Your Adult Friends Are Lying To You.

They are. They are lying to you about almost everything. I don’t mean in the super Russian spy novel way. Or even in the sleeping with your spouse way. Although I don’t actually know your friends. I mean in the little white lies over, and over, and over again way. For some reason we all tell tiny little lies to each other. I am sure there are countless numbers of reasons for doing this. However, before we get to the why, let's talk about the how first.

Here is a short list of the things your friends are lying to you about RIGHT NOW.

  • Their income
  • Their kids grades
  • Their kids achievements
  • Their feelings of security
  • Their feelings of love
  • Their feelings of success
  • ALL THEIR FEELINGS
  • Their past
  • Their grades
  • Their eating habits

I believe the lies start small and start early. What begins as the tiniest of lies about making it to second base in middle school, manifest themselves as ego protecting shields about almost everything. We never talk about our income for instance. We always just use the crap we each buy as some weird gauge to compare each other. As if owning the latest Chevy Tahoe is some confirmation that we all make more money than each other. I see the same comparison of stuff all over the country. The cars change. The homes change. The schools change. But the comparisons we all make between us with respect to the cars, houses, and schools remain. Don’t even get me starting on the amount of Caymus wine pictures on Facebook. It’s just another confirmation of wealth. Or so you think. Everything starts to work like this. Since we don’t share the god’s honest truth about who we are, we are forced to put these indicators out there to our friends to prove we belong.

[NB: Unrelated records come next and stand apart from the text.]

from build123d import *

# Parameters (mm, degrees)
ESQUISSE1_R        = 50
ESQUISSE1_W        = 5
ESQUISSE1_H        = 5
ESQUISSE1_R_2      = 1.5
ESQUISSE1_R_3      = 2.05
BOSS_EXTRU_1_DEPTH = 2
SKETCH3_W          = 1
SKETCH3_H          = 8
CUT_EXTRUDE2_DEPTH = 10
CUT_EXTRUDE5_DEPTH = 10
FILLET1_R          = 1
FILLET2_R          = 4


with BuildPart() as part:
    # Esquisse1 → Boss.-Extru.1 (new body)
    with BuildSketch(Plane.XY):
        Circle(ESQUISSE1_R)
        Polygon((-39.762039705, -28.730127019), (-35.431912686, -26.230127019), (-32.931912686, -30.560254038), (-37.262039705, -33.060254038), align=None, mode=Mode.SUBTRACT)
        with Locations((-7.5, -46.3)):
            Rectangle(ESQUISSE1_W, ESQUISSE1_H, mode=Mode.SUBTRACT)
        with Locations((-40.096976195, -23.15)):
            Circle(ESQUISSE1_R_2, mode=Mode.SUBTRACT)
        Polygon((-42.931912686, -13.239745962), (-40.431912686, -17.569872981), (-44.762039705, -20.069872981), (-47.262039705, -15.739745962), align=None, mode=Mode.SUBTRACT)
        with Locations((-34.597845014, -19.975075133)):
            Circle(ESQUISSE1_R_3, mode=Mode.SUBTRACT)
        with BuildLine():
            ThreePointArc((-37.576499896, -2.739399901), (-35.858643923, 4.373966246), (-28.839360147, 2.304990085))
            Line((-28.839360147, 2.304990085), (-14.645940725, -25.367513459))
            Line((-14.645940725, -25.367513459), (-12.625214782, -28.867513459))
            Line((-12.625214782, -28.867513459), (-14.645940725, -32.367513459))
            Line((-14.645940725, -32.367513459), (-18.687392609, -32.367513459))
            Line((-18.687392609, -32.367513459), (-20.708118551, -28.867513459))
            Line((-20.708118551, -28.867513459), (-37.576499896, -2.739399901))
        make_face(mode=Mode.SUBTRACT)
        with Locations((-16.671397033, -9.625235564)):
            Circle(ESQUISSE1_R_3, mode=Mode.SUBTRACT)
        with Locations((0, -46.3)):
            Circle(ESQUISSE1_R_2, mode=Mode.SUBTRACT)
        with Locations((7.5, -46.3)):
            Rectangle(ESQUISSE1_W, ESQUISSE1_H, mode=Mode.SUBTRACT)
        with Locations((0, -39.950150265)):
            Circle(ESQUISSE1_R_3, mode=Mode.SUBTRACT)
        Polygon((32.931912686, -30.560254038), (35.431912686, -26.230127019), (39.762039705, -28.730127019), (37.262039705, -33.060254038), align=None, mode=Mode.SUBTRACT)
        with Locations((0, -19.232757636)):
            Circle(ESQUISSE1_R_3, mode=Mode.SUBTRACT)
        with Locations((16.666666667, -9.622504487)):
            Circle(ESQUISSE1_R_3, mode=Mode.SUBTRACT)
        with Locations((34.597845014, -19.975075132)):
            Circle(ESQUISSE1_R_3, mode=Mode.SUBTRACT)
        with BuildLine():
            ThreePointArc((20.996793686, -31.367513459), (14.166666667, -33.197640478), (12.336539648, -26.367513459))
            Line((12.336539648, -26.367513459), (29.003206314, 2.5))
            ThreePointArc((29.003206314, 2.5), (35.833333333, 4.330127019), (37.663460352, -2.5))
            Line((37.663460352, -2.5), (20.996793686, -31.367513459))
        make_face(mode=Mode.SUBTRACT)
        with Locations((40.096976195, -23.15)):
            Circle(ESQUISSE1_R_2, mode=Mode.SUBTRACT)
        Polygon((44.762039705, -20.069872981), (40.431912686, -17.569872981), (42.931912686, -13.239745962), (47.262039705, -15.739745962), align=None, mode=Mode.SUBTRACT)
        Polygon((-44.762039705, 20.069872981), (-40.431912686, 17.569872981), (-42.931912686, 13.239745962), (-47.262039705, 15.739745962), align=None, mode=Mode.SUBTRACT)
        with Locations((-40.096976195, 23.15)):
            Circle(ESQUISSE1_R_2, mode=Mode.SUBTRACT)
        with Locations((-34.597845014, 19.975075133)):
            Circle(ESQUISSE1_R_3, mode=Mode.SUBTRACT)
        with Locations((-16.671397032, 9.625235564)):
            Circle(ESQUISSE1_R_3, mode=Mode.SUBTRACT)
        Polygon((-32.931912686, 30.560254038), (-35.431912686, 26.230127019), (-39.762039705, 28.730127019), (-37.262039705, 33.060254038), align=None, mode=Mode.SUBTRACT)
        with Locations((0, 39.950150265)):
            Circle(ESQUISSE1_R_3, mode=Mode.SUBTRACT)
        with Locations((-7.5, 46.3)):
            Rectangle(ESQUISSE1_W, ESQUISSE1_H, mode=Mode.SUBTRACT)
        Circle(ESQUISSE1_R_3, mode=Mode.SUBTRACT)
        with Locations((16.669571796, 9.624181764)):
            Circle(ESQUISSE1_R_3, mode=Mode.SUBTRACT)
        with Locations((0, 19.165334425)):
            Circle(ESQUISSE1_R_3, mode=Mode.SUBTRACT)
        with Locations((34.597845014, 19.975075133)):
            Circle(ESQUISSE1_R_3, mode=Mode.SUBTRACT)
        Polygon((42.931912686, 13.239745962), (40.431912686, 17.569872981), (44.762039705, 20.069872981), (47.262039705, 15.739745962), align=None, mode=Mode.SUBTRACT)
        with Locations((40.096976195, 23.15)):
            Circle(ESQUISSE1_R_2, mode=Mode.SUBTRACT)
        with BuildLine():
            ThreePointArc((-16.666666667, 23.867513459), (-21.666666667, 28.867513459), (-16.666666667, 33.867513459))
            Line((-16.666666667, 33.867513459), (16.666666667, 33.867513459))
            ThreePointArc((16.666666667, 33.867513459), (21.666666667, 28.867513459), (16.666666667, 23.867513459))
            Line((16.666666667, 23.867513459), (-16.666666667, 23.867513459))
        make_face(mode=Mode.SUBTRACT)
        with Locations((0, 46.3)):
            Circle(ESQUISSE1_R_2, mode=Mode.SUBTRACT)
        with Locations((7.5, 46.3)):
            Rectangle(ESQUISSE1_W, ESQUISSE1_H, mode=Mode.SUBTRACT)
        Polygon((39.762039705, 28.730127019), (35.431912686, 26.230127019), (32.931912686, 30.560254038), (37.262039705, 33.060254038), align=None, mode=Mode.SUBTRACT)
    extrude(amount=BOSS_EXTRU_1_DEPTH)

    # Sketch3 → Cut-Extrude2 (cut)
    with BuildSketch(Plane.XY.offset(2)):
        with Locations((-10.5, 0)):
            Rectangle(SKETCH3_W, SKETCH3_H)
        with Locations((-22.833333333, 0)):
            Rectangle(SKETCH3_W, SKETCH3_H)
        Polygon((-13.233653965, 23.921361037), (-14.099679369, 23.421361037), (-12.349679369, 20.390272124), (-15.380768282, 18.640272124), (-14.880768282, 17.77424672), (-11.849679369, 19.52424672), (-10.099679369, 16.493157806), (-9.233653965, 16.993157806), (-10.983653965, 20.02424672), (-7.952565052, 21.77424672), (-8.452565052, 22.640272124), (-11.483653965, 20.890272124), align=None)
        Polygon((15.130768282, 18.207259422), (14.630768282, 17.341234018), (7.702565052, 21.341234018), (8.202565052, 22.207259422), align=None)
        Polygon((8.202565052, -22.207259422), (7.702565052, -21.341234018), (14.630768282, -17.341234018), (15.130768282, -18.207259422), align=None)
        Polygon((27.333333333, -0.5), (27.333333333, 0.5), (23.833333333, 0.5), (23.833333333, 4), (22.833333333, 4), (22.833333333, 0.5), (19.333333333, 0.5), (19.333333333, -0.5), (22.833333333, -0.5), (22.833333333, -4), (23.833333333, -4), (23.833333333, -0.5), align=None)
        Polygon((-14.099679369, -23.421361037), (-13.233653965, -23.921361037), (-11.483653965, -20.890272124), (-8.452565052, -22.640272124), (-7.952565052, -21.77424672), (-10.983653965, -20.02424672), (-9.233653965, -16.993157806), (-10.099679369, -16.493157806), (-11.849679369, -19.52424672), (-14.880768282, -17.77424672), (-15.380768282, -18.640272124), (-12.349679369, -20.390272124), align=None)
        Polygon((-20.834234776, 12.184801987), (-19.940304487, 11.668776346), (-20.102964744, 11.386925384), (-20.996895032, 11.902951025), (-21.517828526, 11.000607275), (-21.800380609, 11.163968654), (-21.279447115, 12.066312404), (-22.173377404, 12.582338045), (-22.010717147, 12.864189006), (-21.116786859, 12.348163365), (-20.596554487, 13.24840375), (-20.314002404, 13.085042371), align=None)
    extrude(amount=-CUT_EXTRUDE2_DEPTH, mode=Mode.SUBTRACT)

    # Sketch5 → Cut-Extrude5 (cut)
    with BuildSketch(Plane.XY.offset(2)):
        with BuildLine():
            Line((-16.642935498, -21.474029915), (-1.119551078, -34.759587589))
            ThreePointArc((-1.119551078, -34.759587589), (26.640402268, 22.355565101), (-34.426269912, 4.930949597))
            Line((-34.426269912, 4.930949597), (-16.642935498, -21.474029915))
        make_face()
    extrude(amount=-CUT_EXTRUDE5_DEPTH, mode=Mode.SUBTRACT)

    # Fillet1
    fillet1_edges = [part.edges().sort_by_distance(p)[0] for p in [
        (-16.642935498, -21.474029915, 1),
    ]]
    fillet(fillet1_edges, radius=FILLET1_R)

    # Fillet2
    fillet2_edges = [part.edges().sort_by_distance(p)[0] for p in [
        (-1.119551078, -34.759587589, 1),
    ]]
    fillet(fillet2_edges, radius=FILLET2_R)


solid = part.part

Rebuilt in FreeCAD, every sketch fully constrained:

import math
import FreeCAD as App
import Part
import Sketcher

V = App.Vector
Q = App.Units.Quantity


def edges_at(feature, points):
    """Names of the edges that pass closest to the given points."""
    edges = feature.Shape.Edges
    near = lambda p: min(range(len(edges)), key=lambda i: edges[i].distToShape(Part.Vertex(*p))[0])
    return sorted({f"Edge{near(p) + 1}" for p in points})

doc = App.newDocument("Part")
body = doc.addObject("PartDesign::Body", "Body")

# Sketch on XY plane
sketch1 = body.newObject("Sketcher::SketchObject", "Sketch")
sketch1.AttachmentSupport = (doc.getObject("XY_Plane"), [""])
sketch1.MapMode = "FlatFace"
sketch1.addGeometry([
    Part.Circle(V(0, 0, 0), V(0, 0, 1), 50),  # 0
    Part.LineSegment(V(-37.3, -33.1, 0), V(-39.8, -28.7, 0)),  # 1
    Part.LineSegment(V(-39.8, -28.7, 0), V(-35.4, -26.2, 0)),  # 2
    Part.LineSegment(V(-35.4, -26.2, 0), V(-32.9, -30.6, 0)),  # 3
    Part.LineSegment(V(-32.9, -30.6, 0), V(-37.3, -33.1, 0)),  # 4
    Part.LineSegment(V(-5, -48.8, 0), V(-10, -48.8, 0)),  # 5
    Part.LineSegment(V(-10, -48.8, 0), V(-10, -43.8, 0)),  # 6
    Part.LineSegment(V(-10, -43.8, 0), V(-5, -43.8, 0)),  # 7
    Part.LineSegment(V(-5, -43.8, 0), V(-5, -48.8, 0)),  # 8
    Part.Circle(V(-40.1, -23.1, 0), V(0, 0, 1), 1.5),  # 9
    Part.LineSegment(V(-47.3, -15.7, 0), V(-42.9, -13.2, 0)),  # 10
    Part.LineSegment(V(-42.9, -13.2, 0), V(-40.4, -17.6, 0)),  # 11
    Part.LineSegment(V(-40.4, -17.6, 0), V(-44.8, -20.1, 0)),  # 12
    Part.LineSegment(V(-44.8, -20.1, 0), V(-47.3, -15.7, 0)),  # 13
    Part.Circle(V(-34.6, -20, 0), V(0, 0, 1), 2),  # 14
    Part.LineSegment(V(-20.7, -28.9, 0), V(-37.6, -2.7, 0)),  # 15
    Part.ArcOfCircle(Part.Circle(V(-33.3, 0, 0), V(0, 0, 1), 5.1), math.radians(27), math.radians(213)),  # 16
    Part.LineSegment(V(-28.8, 2.3, 0), V(-14.6, -25.4, 0)),  # 17
    Part.LineSegment(V(-14.6, -25.4, 0), V(-12.6, -28.9, 0)),  # 18
    Part.LineSegment(V(-12.6, -28.9, 0), V(-14.6, -32.4, 0)),  # 19
    Part.LineSegment(V(-14.6, -32.4, 0), V(-18.7, -32.4, 0)),  # 20
    Part.LineSegment(V(-18.7, -32.4, 0), V(-20.7, -28.9, 0)),  # 21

That is my rub. My rant, if you will. The more you chase down the details. The more questions you ask your friends. The more you are going to find a lack of authenticity in their portrayal of their life to you. The more you are going to find out they are just plain lying to you.

When you get down in life, and I mean really far down, you start to notice all the things you do and don’t share with your friends. “I lost my job” is one of the weirdest things to say to people you call your friends. Your family is easier, but your friends will surely judge you. Right? We all think so anyway. In fact, the best way to see what things your friends are lying about is to think about the things that YOU are lying to them about.

In the end, I wish us all one thing. I wish we could all develop meaningful and truthful relationships with more of our friends. I have a precious few of them, and cherish them now more than ever. I challenge you to a small but important test of your current friendships. If you just lost your job, which of your friends would you call to talk to? Who would help you? Who among your friends could you turn to for advice, comfort, or even just an ear for your pride? If any of your friends don't make the list, they aren’t friends at all.